The Dismissal of Trade Union Members

Finally, the discussion on Article 110 has raised concerns that any modification would weaken protection for trade union members. This argument assumes that the current approval system functions effectively. In practice, however, the existing framework enables the approval requirement to block lawful business processes indefinitely. This is demotivating for organisations and does not contribute to balanced labour relations. A trade union’s role should be to strengthen cooperation by providing legal guidance and engaging in constructive dialogue—not to determine the legal validity of dismissal decisions.

Moreover, the current system creates unequal treatment among employees. Those who have chosen — fully within their rights — not to join a trade union are placed in a comparatively weaker position, as they do not benefit from the same procedural protections. A regulatory model that grants significantly different dismissal safeguards based solely on union membership risks undermining the principle of equal treatment in the workplace.

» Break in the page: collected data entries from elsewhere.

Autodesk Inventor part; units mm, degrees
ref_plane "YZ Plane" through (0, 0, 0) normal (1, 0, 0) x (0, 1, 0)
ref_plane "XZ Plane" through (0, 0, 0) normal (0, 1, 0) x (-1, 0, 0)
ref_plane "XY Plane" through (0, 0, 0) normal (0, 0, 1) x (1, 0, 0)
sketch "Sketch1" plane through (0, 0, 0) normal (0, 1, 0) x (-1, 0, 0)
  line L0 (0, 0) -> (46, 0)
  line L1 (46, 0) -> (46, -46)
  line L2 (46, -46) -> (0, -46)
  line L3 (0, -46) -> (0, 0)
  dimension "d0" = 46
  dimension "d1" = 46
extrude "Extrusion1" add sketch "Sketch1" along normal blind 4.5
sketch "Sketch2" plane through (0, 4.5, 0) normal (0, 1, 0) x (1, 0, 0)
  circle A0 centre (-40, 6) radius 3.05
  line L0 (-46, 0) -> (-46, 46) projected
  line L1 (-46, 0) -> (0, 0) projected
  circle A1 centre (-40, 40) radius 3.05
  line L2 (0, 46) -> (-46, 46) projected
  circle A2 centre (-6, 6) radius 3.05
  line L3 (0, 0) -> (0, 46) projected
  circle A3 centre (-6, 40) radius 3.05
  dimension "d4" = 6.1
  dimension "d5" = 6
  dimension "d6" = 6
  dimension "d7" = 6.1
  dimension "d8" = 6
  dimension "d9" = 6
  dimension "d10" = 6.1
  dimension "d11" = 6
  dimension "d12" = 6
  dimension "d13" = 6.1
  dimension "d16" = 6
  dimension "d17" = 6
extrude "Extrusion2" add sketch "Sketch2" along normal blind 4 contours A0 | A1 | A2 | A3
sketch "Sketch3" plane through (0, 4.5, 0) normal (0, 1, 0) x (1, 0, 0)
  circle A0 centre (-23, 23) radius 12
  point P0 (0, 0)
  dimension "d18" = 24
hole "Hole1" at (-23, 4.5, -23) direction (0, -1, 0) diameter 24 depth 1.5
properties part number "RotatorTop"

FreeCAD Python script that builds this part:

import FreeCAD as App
import Part
import Sketcher
from FreeCAD import Vector


def add_polygon(sketch, points):
    """Adds a closed chain of lines whose ends are joined by coincident constraints."""
    first, n = sketch.GeometryCount, len(points)
    for a, b in zip(points, points[1:] + points[:1]):
        sketch.addGeometry(Part.LineSegment(App.Vector(*a, 0), App.Vector(*b, 0)), False)
    for i in range(n):
        sketch.addConstraint(Sketcher.Constraint("Coincident", first + i, 2, first + (i + 1) % n, 1))

doc = App.newDocument("Part")
body = doc.addObject("PartDesign::Body", "Body")

# Sketch on XZ plane
sketch1 = body.newObject("Sketcher::SketchObject", "Sketch")
sketch1.AttachmentSupport = (doc.getObject("XZ_Plane"), [""])
sketch1.MapMode = "FlatFace"
add_polygon(sketch1, [(-46, 0), (0, 0), (0, -46), (-46, -46)])  # lines 0-3
sketch1.addConstraint([
    Sketcher.Constraint("Horizontal", 0),
    Sketcher.Constraint("Vertical", 1),
    Sketcher.Constraint("Horizontal", 2),
    Sketcher.Constraint("Vertical", 3),
    Sketcher.Constraint("Coincident", 0, 2, -1, 1),
    Sketcher.Constraint("Equal", 2, 1),
    Sketcher.Constraint("DistanceX", 0, 1, 0, 2, 46.0),
])
pad1 = body.newObject("PartDesign::Pad", "Pad")
pad1.Profile = sketch1
pad1.Length = 4.5
pad1.Reversed = True

# Sketch on XZ plane
sketch2 = body.newObject("Sketcher::SketchObject", "Sketch001")
sketch2.AttachmentSupport = (doc.getObject("XZ_Plane"), [""])
sketch2.MapMode = "FlatFace"
sketch2.AttachmentOffset = App.Placement(Vector(0, 0, -4.5), App.Rotation())
sketch2.addGeometry([
    Part.Circle(Vector(-40, -6, 0), Vector(0, 0, 1), 3),
    Part.Circle(Vector(-40, -40, 0), Vector(0, 0, 1), 3),
    Part.Circle(Vector(-6, -6, 0), Vector(0, 0, 1), 3),
    Part.Circle(Vector(-6, -40, 0), Vector(0, 0, 1), 3),
], False)
sketch2.addConstraint([
    Sketcher.Constraint("Equal", 0, 1),
    Sketcher.Constraint("Equal", 1, 2),
    Sketcher.Constraint("Equal", 2, 3),
    Sketcher.Constraint("Horizontal", 0, 3, 2, 3),
    Sketcher.Constraint("Horizontal", 1, 3, 3, 3),
    Sketcher.Constraint("Vertical", 0, 3, 1, 3),
    Sketcher.Constraint("Vertical", 2, 3, 3, 3),
    Sketcher.Constraint("Diameter", 0, 6.1),
    Sketcher.Constraint("DistanceY", 0, 3, -1, 1, 6.0),
    Sketcher.Constraint("DistanceX", 2, 3, -1, 1, 6.0),
    Sketcher.Constraint("DistanceX", 0, 3, -1, 1, 40.0),
    Sketcher.Constraint("DistanceY", 1, 3, -1, 1, 40.0),
])
pad2 = body.newObject("PartDesign::Pad", "Pad001")
pad2.Profile = sketch2
pad2.Length = 4
pad2.Reversed = True

# Sketch on XZ plane
sketch3 = body.newObject("Sketcher::SketchObject", "Sketch002")
sketch3.AttachmentSupport = (doc.getObject("XZ_Plane"), [""])
sketch3.MapMode = "FlatFace"
sketch3.AttachmentOffset = App.Placement(Vector(0, 0, -4.5), App.Rotation())
sketch3.addGeometry(Part.Circle(Vector(-23, -23, 0), Vector(0, 0, 1), 12), False)
sketch3.addConstraint([
    Sketcher.Constraint("Diameter", 0, 24.0),
    Sketcher.Constraint("DistanceX", 0, 3, -1, 1, 23.0),
    Sketcher.Constraint("DistanceY", 0, 3, -1, 1, 23.0),
])
doc.recompute()
hole = body.newObject("PartDesign::Hole", "Hole")
hole.Profile = sketch3
hole.ThreadType = "None"
hole.Diameter = 24
hole.DepthType = "Dimension"
hole.Depth = 1.5
hole.DrillPoint = "Flat"
hole.Reversed = True

doc.recompute()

Long, unresolved disputes also harm employees themselves. Workers tied to prolonged court processes cannot participate in the labour market, access unemployment services or benefit from state-funded upskilling, leaving them in legal and financial uncertainty for months or years. This delays reintegration into employment, reduces competitiveness and undermines the protective intent of the system. Keeping an employee in a disputed role does not support a transparent, well-functioning labour market. For these reasons, it is essential that the proposed amendments to Article 110 shall be included in the draft law for the second reading.